新たな冒険に心躍らせる者は少なくなかったという。
当初は“門”の内部で魔物に倒されてしまった場合、教会で復活できるか疑問視されていたのだが、そこは命知らずな冒険者たちによって“死に戻り”可能と実証された。
ただし死んで戻った場合には、内部で手に入れたお宝が消失してしまうという、この迷宮独自の問題が持ち上がったのだ。
攻略難易度の高さから四ヶ月目には冒険者たちの情熱も下火になりつつあった。
なにせ地下二階まで進んだという者がいないのである。魔物の強さもあったが、複雑な迷宮の構造と罠の数々に、冒険者たちは敗北を喫し続けた。

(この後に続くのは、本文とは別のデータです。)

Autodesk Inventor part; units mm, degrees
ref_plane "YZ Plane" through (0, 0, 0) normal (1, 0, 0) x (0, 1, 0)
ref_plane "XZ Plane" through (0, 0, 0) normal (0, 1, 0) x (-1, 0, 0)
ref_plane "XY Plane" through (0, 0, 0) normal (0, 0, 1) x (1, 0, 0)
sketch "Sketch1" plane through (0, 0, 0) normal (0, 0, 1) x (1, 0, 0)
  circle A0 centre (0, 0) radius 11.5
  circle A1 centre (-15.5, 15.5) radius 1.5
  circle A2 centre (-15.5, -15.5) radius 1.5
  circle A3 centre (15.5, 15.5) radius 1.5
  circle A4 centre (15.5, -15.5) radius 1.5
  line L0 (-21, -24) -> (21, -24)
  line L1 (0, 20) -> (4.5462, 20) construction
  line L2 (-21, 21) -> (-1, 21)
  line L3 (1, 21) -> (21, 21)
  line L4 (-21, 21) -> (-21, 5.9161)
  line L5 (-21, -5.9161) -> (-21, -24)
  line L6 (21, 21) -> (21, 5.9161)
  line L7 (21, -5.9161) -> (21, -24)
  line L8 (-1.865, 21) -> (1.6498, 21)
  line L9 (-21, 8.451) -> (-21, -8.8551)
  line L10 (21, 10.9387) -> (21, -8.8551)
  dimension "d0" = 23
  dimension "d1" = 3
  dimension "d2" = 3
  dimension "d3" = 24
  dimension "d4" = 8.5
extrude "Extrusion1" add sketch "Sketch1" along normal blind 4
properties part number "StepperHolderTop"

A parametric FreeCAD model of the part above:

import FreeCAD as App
import Part
import Sketcher
Q = App.Units.Quantity

doc = App.newDocument("Part")
body = doc.addObject("PartDesign::Body", "Body")

# Sketch on XY plane
sketch1 = body.newObject("Sketcher::SketchObject", "Sketch")
sketch1.AttachmentSupport = (doc.getObject("XY_Plane"), [""])
sketch1.MapMode = "FlatFace"
sketch1.addGeometry([
    Part.LineSegment(App.Vector(-21, 21, 0), App.Vector(-21, -24, 0)),  # 0
    Part.LineSegment(App.Vector(-21, -24, 0), App.Vector(21, -24, 0)),  # 1
    Part.LineSegment(App.Vector(21, -24, 0), App.Vector(21, 21, 0)),  # 2
    Part.LineSegment(App.Vector(21, 21, 0), App.Vector(-21, 21, 0)),  # 3
    Part.Circle(App.Vector(-15.5, -15.5, 0), App.Vector(0, 0, 1), 1.5),  # 4
    Part.Circle(App.Vector(15.5, -15.5, 0), App.Vector(0, 0, 1), 1.5),  # 5
    Part.Circle(App.Vector(-15.5, 15.5, 0), App.Vector(0, 0, 1), 1.5),  # 6
    Part.Circle(App.Vector(0, 0, 0), App.Vector(0, 0, 1), 11.5),  # 7
    Part.Circle(App.Vector(15.5, 15.5, 0), App.Vector(0, 0, 1), 1.5),  # 8
], False)
sketch1.addConstraint([
    Sketcher.Constraint("Coincident", 0, 2, 1, 1),
    Sketcher.Constraint("Coincident", 1, 2, 2, 1),
    Sketcher.Constraint("Coincident", 2, 2, 3, 1),
    Sketcher.Constraint("Coincident", 3, 2, 0, 1),
    Sketcher.Constraint("Vertical", 0),
    Sketcher.Constraint("Horizontal", 1),
    Sketcher.Constraint("Vertical", 2),
    Sketcher.Constraint("Horizontal", 3),
    Sketcher.Constraint("Coincident", 7, 3, -1, 1),
    Sketcher.Constraint("Equal", 4, 5),
    Sketcher.Constraint("Equal", 5, 6),
    Sketcher.Constraint("Equal", 6, 8),
    Sketcher.Constraint("Symmetric", 5, 3, 6, 3, -1, 1),
    Sketcher.Constraint("Symmetric", 4, 3, 8, 3, -1, 1),
    Sketcher.Constraint("Symmetric", 4, 3, 5, 3, -2),
    Sketcher.Constraint("Diameter", 4, Q("3 mm")),
    Sketcher.Constraint("Diameter", 7, Q("23 mm")),
    Sketcher.Constraint("DistanceY", 0, 2, -1, 1, Q("24 mm")),
    Sketcher.Constraint("DistanceY", 0, 2, 4, 3, Q("8.5 mm")),
    Sketcher.Constraint("DistanceX", 1, 1, 1, 2, Q("42 mm")),
    Sketcher.Constraint("DistanceY", 0, 2, 0, 1, Q("45 mm")),
    Sketcher.Constraint("DistanceX", 0, 2, -1, 1, Q("21 mm")),
    Sketcher.Constraint("DistanceX", 4, 3, 5, 3, Q("31 mm")),
])
pad1 = body.newObject("PartDesign::Pad", "Pad")
pad1.Profile = sketch1
pad1.Length = 4

doc.recompute()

いつしか探索の終わりが見えないことから“門”とその内部はこう呼ばれるようになったのである。
無限の地下迷宮――と。
そんな中、とある冒険者パーティーが挑んだ際に、一人だけ無事に戻ってきたことがあった。
仲間を見捨てて迷宮の地下二階より宝を持ち帰った少年だが、戻った彼を仲間たちは冷たくあしらったという。

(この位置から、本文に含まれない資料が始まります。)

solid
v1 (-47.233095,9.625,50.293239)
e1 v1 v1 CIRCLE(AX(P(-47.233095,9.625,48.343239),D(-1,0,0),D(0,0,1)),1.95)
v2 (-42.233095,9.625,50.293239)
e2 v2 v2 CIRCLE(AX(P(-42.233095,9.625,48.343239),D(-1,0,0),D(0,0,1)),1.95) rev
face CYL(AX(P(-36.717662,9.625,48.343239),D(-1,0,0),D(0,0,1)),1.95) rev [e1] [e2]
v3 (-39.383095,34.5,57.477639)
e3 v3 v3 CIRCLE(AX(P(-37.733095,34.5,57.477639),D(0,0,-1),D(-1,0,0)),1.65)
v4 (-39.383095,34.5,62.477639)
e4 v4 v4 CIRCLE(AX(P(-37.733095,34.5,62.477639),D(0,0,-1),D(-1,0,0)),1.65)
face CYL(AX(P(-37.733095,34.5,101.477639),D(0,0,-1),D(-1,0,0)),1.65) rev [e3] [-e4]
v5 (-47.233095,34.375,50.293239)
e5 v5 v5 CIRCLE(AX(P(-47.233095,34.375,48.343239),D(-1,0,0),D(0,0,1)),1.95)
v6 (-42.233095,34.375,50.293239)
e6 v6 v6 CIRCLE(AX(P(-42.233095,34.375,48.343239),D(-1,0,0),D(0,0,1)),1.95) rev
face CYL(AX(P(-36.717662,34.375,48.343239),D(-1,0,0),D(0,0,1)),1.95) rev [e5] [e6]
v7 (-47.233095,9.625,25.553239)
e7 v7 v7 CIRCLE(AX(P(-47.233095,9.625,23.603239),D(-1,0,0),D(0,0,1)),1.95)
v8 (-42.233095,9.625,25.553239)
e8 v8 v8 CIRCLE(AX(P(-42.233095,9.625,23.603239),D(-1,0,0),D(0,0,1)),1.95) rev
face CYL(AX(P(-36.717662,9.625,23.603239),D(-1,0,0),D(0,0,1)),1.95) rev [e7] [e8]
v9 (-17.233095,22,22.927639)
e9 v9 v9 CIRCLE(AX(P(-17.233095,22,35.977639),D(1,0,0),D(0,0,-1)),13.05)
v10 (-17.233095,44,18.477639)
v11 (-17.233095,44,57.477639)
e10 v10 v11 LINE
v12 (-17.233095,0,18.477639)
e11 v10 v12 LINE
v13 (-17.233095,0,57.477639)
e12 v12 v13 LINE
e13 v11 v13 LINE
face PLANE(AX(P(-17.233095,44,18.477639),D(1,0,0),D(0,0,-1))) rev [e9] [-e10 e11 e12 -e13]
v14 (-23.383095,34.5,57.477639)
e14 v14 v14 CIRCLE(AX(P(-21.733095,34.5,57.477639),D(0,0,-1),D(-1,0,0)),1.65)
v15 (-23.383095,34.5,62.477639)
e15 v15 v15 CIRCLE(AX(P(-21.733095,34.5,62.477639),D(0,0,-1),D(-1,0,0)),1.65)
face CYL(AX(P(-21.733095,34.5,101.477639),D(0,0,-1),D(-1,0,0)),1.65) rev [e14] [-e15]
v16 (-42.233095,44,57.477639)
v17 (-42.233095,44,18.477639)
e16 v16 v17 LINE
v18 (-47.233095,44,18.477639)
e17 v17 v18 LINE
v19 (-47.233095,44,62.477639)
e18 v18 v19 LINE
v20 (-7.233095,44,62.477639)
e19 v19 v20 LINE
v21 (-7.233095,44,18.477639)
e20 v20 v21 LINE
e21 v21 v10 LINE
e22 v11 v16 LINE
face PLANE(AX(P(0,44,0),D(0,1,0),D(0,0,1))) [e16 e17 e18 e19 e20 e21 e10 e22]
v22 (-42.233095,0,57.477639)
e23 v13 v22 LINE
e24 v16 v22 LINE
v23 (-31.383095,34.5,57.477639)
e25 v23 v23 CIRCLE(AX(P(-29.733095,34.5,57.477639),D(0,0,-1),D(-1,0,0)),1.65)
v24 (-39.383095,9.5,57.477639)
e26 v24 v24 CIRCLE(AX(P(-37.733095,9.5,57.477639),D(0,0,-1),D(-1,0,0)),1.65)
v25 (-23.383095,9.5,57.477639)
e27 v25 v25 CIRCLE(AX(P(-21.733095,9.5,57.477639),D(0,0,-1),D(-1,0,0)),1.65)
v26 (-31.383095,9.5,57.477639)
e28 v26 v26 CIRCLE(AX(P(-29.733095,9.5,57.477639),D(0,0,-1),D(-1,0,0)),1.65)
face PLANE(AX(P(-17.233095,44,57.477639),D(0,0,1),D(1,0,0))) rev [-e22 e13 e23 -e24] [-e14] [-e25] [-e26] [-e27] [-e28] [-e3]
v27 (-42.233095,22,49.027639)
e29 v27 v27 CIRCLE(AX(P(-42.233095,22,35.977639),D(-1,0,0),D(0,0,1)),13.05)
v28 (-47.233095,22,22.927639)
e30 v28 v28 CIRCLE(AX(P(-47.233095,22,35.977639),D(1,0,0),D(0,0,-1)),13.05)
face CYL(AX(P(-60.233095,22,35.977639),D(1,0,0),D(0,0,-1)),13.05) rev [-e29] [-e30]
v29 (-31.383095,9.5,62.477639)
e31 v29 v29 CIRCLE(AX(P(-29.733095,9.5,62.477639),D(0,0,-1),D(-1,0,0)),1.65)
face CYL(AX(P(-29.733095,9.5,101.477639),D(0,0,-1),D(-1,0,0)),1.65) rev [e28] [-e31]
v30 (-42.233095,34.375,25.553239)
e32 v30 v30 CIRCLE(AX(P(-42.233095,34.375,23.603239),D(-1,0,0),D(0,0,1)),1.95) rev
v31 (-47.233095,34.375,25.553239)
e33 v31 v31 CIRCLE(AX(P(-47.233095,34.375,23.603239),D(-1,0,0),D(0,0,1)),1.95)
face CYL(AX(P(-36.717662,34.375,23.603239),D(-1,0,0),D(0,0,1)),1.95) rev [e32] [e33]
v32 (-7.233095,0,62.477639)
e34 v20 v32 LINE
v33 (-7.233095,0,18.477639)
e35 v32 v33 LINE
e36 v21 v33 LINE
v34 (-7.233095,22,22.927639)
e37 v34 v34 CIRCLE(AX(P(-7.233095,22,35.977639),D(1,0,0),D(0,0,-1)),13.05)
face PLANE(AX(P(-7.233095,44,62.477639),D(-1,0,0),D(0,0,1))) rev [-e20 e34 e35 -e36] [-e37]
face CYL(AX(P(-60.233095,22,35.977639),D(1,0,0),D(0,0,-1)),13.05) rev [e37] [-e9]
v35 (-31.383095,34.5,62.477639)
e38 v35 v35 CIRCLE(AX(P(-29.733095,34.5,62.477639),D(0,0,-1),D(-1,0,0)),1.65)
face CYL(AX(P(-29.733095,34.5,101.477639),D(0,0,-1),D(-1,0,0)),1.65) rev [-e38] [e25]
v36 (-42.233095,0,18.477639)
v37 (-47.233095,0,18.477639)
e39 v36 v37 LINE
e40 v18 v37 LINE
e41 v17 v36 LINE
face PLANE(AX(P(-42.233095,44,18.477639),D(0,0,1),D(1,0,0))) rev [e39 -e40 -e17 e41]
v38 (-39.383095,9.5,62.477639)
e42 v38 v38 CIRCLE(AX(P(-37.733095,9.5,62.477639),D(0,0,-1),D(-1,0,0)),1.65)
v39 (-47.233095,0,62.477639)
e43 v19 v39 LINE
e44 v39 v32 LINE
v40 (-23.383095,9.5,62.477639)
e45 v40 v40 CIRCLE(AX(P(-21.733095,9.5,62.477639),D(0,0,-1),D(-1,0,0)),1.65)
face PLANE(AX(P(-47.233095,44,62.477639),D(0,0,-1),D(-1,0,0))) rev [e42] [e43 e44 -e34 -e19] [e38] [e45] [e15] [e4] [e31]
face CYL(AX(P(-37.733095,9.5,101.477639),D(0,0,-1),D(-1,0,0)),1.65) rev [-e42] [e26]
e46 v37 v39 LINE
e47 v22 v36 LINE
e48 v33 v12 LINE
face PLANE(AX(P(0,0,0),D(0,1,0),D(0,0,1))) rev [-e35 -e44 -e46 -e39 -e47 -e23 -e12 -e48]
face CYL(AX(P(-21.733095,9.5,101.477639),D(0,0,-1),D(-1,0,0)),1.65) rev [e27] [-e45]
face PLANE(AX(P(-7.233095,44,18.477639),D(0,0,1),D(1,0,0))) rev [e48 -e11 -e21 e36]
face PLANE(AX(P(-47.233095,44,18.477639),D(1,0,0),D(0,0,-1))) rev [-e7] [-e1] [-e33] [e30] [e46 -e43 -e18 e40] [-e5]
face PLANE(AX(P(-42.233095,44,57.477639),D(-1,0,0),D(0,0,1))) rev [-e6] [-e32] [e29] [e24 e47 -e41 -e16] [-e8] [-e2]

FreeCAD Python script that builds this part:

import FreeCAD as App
import Part
import Sketcher


def add_polygon(sketch, points):
    """Adds a closed chain of lines whose ends are joined by coincident constraints."""
    first, n = sketch.GeometryCount, len(points)
    for a, b in zip(points, points[1:] + points[:1]):
        sketch.addGeometry(Part.LineSegment(App.Vector(*a, 0), App.Vector(*b, 0)), False)
    for i in range(n):
        sketch.addConstraint(Sketcher.Constraint("Coincident", first + i, 2, first + (i + 1) % n, 1))

doc = App.newDocument("Part")
body = doc.addObject("PartDesign::Body", "Body")

sketch1 = body.newObject("Sketcher::SketchObject", "Sketch")
sketch1.AttachmentSupport = (doc.getObject("XZ_Plane"), [""])
sketch1.MapMode = "FlatFace"
add_polygon(sketch1, [(-47, 18), (-47, 62), (-7, 62), (-7, 18), (-17, 18), (-17, 57), (-42, 57), (-42, 18)])
sketch1.addConstraint([
    Sketcher.Constraint("Vertical", 0),
    Sketcher.Constraint("Horizontal", 1),
    Sketcher.Constraint("Vertical", 2),
    Sketcher.Constraint("Horizontal", 3),
    Sketcher.Constraint("Vertical", 4),
    Sketcher.Constraint("Horizontal", 5),
    Sketcher.Constraint("Vertical", 6),
    Sketcher.Constraint("Horizontal", 7),
    Sketcher.Constraint("Horizontal", 3, 2, 6, 2),
    Sketcher.Constraint("DistanceX", 1, 1, 1, 2, 40.0),
    Sketcher.Constraint("DistanceX", 3, 2, 3, 1, 10.0),
    Sketcher.Constraint("DistanceX", 5, 2, 5, 1, 25.0),
    Sketcher.Constraint("DistanceY", 0, 1, 0, 2, 44.0),
    Sketcher.Constraint("DistanceY", 4, 1, 4, 2, 39.0),
    Sketcher.Constraint("DistanceY", -1, 1, 0, 2, 62.477639),
    Sketcher.Constraint("DistanceX", 0, 2, -1, 1, 47.233095),
])
pad1 = body.newObject("PartDesign::Pad", "Pad")
pad1.Profile = sketch1
pad1.Length = 44
pad1.Reversed = True

sketch2 = body.newObject("Sketcher::SketchObject", "Sketch001")
sketch2.AttachmentSupport = (doc.getObject("XY_Plane"), [""])
sketch2.MapMode = "FlatFace"
sketch2.AttachmentOffset = App.Placement(App.Vector(0, 0, 57.477639), App.Rotation())
sketch2.addGeometry([
    Part.Circle(App.Vector(-37.7, 34.5, 0), App.Vector(0, 0, 1), 1.6),
    Part.Circle(App.Vector(-37.7, 9.5, 0), App.Vector(0, 0, 1), 1.6),
    Part.Circle(App.Vector(-29.7, 34.5, 0), App.Vector(0, 0, 1), 1.6),
    Part.Circle(App.Vector(-29.7, 9.5, 0), App.Vector(0, 0, 1), 1.6),
    Part.Circle(App.Vector(-21.7, 34.5, 0), App.Vector(0, 0, 1), 1.6),
    Part.Circle(App.Vector(-21.7, 9.5, 0), App.Vector(0, 0, 1), 1.6),
], False)
sketch2.addConstraint([
    Sketcher.Constraint("Equal", 0, 1),
    Sketcher.Constraint("Equal", 1, 2),
    Sketcher.Constraint("Equal", 2, 3),
    Sketcher.Constraint("Equal", 3, 4),
    Sketcher.Constraint("Equal", 4, 5),
    Sketcher.Constraint("Horizontal", 0, 3, 2, 3),
    Sketcher.Constraint("Horizontal", 1, 3, 3, 3),
    Sketcher.Constraint("Horizontal", 2, 3, 4, 3),
    Sketcher.Constraint("Horizontal", 3, 3, 5, 3),
    Sketcher.Constraint("Vertical", 0, 3, 1, 3),
    Sketcher.Constraint("Vertical", 2, 3, 3, 3),
    Sketcher.Constraint("Vertical", 4, 3, 5, 3),
    Sketcher.Constraint("Diameter", 0, 3.3),
    Sketcher.Constraint("DistanceY", 1, 3, 0, 3, 25.0),
    Sketcher.Constraint("DistanceX", 0, 3, 2, 3, 8.0),
    Sketcher.Constraint("DistanceX", 2, 3, 4, 3, 8.0),
    Sketcher.Constraint("DistanceY", -1, 1, 0, 3, 34.5),
    Sketcher.Constraint("DistanceX", 0, 3, -1, 1, 37.733095),
])
pocket1 = body.newObject("PartDesign::Pocket", "Pocket")
pocket1.Profile = sketch2
pocket1.Length = 44
pocket1.Reversed = True

sketch3 = body.newObject("Sketcher::SketchObject", "Sketch002")
sketch3.AttachmentSupport = (doc.getObject("YZ_Plane"), [""])
sketch3.MapMode = "FlatFace"
sketch3.AttachmentOffset = App.Placement(App.Vector(0, 0, -47.233095), App.Rotation())
sketch3.addGeometry([
    Part.Circle(App.Vector(34.4, 48.3, 0), App.Vector(0, 0, 1), 1.9),
    Part.Circle(App.Vector(34.4, 23.6, 0), App.Vector(0, 0, 1), 1.9),
    Part.Circle(App.Vector(9.6, 48.3, 0), App.Vector(0, 0, 1), 1.9),
    Part.Circle(App.Vector(9.6, 23.6, 0), App.Vector(0, 0, 1), 1.9),
], False)
sketch3.addConstraint([
    Sketcher.Constraint("Equal", 0, 1),
    Sketcher.Constraint("Equal", 1, 2),
    Sketcher.Constraint("Equal", 2, 3),
    Sketcher.Constraint("Horizontal", 0, 3, 2, 3),
    Sketcher.Constraint("Horizontal", 1, 3, 3, 3),
    Sketcher.Constraint("Vertical", 0, 3, 1, 3),
    Sketcher.Constraint("Vertical", 2, 3, 3, 3),
    Sketcher.Constraint("Diameter", 0, 3.9),
    Sketcher.Constraint("DistanceY", 1, 3, 0, 3, 24.74),
    Sketcher.Constraint("DistanceX", 2, 3, 0, 3, 24.75),
    Sketcher.Constraint("DistanceX", -1, 1, 0, 3, 34.375),
    Sketcher.Constraint("DistanceY", -1, 1, 0, 3, 48.343239),
])
pocket2 = body.newObject("PartDesign::Pocket", "Pocket001")
pocket2.Profile = sketch3
pocket2.Length = 5
pocket2.Reversed = True

sketch4 = body.newObject("Sketcher::SketchObject", "Sketch003")
sketch4.AttachmentSupport = (doc.getObject("YZ_Plane"), [""])
sketch4.MapMode = "FlatFace"
sketch4.AttachmentOffset = App.Placement(App.Vector(0, 0, -7.233095), App.Rotation())
sketch4.addGeometry(Part.Circle(App.Vector(22, 36, 0), App.Vector(0, 0, 1), 13), False)
sketch4.addConstraint([
    Sketcher.Constraint("Diameter", 0, 26.1),
    Sketcher.Constraint("DistanceX", -1, 1, 0, 3, 22.0),
    Sketcher.Constraint("DistanceY", -1, 1, 0, 3, 35.977639),
])
pocket3 = body.newObject("PartDesign::Pocket", "Pocket002")
pocket3.Profile = sketch4
pocket3.Length = 53

doc.recompute()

「うっせーばーかーばーか! お前らなんぞとはやってられるか! いいか、俺がそっちを捨てたんだからな!」
地下二階で手に入れた“なんだかよくわからない光る石版”を仲間に投げつけて、少年はパーティーを脱退した。
名をロジャーという。
誰も到達できなかった地下二階から唯一の帰還者となった彼が、盗賊王を名乗り始めたのはすぐ後のことだった。
王都を悩ます“門”の前に久方ぶりにやってきて、かがり火に照らされた鉄扉を見上げつつ俺は少女に説明を終えた。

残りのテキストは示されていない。